Although the calculation method of hash distribution is simple, it is necessary to recalculate the hash according to the new number of cluster nodes in the process of redistribution due to the change of the cluster size, and the data has to be almost completely redistributed. The huge amount of mobile data leads to low efficiency in the process of redistribution. Assume that there are N nodes and 1/N data is distributed on each node. After expansion, there are M nodes and 1/M data is distributed on each node. Ideally, each old node moves 1/ n-1 /M of data to the new node, so that the overall amount of movement is N(1/ n-1 /M) = 1-n /M.

Greenplum 6 uses a Consistent Hash algorithm called Jump Consistent Hash.

The algorithm has the following characteristics:

1. Uniformity: achieve uniform distribution through probability.

2. Stability: The calculation results of a Tuple with the same cluster size are the same each time.

3. Monotonicity: During capacity expansion, no data is migrated between existing nodes.

4. Efficiency: When the cluster size is N, the time complexity is Log(N).

See the link for more algorithm details. Arxiv.org/pdf/1406.22…

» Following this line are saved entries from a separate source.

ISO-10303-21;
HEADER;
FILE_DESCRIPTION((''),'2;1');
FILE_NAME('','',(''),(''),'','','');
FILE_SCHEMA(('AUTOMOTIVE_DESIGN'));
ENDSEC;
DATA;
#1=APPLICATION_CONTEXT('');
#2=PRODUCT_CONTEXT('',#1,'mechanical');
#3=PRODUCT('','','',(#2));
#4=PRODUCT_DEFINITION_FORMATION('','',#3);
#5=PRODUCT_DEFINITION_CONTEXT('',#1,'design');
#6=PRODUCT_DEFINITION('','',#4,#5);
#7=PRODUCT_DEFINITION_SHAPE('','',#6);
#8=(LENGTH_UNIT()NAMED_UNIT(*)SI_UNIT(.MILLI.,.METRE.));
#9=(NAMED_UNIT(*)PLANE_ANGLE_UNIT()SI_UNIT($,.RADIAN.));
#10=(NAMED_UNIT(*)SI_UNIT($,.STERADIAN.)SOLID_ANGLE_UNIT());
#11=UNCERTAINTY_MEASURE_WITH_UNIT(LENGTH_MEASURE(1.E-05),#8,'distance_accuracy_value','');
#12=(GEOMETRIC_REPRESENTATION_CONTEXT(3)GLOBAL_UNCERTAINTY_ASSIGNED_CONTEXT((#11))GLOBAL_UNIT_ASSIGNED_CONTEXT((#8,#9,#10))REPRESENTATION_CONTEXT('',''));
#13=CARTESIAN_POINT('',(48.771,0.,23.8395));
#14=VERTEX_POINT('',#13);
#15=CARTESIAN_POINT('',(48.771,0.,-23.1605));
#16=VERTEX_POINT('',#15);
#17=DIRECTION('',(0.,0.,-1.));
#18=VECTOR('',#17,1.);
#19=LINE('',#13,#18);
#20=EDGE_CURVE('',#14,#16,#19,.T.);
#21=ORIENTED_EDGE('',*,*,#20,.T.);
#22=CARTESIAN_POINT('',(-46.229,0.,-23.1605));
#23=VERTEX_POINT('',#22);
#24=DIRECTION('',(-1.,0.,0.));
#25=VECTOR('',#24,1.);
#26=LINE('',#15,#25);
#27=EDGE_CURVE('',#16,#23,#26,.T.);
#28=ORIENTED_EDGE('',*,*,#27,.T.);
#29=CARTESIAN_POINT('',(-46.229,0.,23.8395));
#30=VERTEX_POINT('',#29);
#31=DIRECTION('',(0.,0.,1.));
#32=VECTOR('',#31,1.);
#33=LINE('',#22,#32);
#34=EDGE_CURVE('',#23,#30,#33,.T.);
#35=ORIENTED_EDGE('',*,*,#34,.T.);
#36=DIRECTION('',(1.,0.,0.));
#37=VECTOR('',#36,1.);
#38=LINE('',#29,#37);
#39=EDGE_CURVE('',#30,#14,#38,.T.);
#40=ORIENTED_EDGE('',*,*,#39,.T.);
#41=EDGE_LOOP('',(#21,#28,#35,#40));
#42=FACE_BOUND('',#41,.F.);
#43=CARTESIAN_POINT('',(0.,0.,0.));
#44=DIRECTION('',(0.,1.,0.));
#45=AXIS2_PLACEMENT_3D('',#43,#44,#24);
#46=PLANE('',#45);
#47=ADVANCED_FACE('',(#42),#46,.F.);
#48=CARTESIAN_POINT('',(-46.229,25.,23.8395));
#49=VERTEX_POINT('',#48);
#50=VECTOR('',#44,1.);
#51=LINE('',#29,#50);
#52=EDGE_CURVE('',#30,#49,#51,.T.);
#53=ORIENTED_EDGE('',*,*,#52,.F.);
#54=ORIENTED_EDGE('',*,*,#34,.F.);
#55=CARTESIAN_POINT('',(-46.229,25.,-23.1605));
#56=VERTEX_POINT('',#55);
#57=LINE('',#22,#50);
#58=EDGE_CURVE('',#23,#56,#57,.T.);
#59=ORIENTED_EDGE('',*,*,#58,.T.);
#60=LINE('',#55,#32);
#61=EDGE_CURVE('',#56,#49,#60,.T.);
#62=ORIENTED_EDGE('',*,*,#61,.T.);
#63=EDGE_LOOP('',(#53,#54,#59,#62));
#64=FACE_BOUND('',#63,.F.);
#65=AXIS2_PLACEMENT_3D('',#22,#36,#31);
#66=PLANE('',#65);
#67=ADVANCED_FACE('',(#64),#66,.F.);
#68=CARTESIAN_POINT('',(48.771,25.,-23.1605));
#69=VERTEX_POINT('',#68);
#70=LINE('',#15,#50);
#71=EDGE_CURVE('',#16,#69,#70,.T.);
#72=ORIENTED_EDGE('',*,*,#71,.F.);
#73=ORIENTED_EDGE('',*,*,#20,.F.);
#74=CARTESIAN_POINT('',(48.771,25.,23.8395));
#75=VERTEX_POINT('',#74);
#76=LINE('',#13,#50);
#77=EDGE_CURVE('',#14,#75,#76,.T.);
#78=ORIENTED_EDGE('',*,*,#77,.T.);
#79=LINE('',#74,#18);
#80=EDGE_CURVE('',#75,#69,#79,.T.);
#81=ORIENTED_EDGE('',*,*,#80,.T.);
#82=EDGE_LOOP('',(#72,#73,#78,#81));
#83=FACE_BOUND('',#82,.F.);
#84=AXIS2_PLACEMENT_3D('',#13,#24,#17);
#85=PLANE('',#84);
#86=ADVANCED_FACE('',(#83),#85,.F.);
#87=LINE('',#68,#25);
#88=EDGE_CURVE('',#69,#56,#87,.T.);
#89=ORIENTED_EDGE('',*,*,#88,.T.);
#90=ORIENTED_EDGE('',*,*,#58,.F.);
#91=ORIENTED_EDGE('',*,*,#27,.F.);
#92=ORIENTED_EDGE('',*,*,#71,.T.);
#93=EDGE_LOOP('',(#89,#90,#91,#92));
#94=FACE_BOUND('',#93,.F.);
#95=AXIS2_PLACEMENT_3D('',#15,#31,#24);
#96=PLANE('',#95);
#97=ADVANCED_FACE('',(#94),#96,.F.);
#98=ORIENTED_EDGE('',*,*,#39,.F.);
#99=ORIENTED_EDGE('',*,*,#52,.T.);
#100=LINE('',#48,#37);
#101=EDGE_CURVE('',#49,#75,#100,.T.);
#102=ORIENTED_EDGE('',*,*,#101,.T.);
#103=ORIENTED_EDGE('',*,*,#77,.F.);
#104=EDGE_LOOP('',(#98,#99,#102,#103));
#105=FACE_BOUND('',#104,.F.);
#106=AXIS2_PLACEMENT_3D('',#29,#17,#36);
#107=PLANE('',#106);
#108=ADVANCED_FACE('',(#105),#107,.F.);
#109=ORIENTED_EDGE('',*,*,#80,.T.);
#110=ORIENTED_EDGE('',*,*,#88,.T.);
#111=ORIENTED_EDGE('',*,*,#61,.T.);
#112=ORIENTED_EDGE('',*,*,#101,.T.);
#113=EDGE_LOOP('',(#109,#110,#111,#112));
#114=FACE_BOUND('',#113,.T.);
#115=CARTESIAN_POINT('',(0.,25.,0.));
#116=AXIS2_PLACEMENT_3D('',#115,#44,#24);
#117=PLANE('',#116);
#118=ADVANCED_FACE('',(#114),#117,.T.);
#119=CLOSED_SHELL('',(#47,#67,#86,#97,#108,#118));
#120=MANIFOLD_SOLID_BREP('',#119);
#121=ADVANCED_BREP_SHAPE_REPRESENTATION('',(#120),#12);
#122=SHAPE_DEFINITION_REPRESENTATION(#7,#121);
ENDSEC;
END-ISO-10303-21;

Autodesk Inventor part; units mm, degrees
ref_plane "YZ Plane" through (0, 0, 0) normal (1, 0, 0) x (0, 1, 0)
ref_plane "XZ Plane" through (0, 0, 0) normal (0, 1, 0) x (-1, 0, 0)
ref_plane "XY Plane" through (0, 0, 0) normal (0, 0, 1) x (1, 0, 0)
sketch "Boceto1" plane through (0, 0, 0) normal (0, 1, 0) x (-1, 0, 0)
  line L0 (46.229, 23.8395) -> (-48.771, 23.8395)
  line L1 (-48.771, 23.8395) -> (-48.771, -23.1605)
  line L2 (-48.771, -23.1605) -> (46.229, -23.1605)
  line L3 (46.229, -23.1605) -> (46.229, 23.8395)
  point P0 (0, 0)
  dimension "d0" = 95
  dimension "d1" = 47
extrude "Extrusión1" add sketch "Boceto1" along normal blind 25
properties part number "bateria"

Parallelization of redistribution

On Greenplum 5, the HEAP table update delete operation is the highest level of lock, equivalent to full serialization. In the process of data redistribution, the status of each table in the database is recorded in a HEAP table. Therefore, in the process of data redistribution, although parallelization is carried out, the updating of the status table is still serial. Even if the operation to update the status table is brief, parallel redistribution for a large number of small tables can be a bottleneck. In Greenplum 6, the lock level of the update delete table has been lowered to support concurrent update deletes due to the addition of distributed deadlock detection. For a large number of small tables, the performance of parallel redistribution is significantly improved.

Impact on query performance during redistribution

During redistribution, it is inevitable that some tables have been redistributed and some tables have not been redistributed. For tables in the same distributed state, data redistribution is not required to perform JOIN query on distributed columns. Otherwise, data needs to be redistributed.

FAQ

1. How to control the hash distribution algorithm

  • You can run the GUC gp_use_LEGacy_hashops command. The default value is Jump Hash.

2. Is the catalog of the new and old nodes consistent during capacity expansion

  • The catalog is always consistent and exists on the new node even if there is no data yet.

3. Impact on other queries during capacity expansion

  • Because it is online expansion, all queries that are running will not be interrupted during the expansion. However, DDL is not supported during the expansion because the catalog will be locked when a new node is added. The catalog lock will be released immediately after the new node is added.

  • Access to the table being redistributed will be blocked because of the highest level of locks added during data redistribution.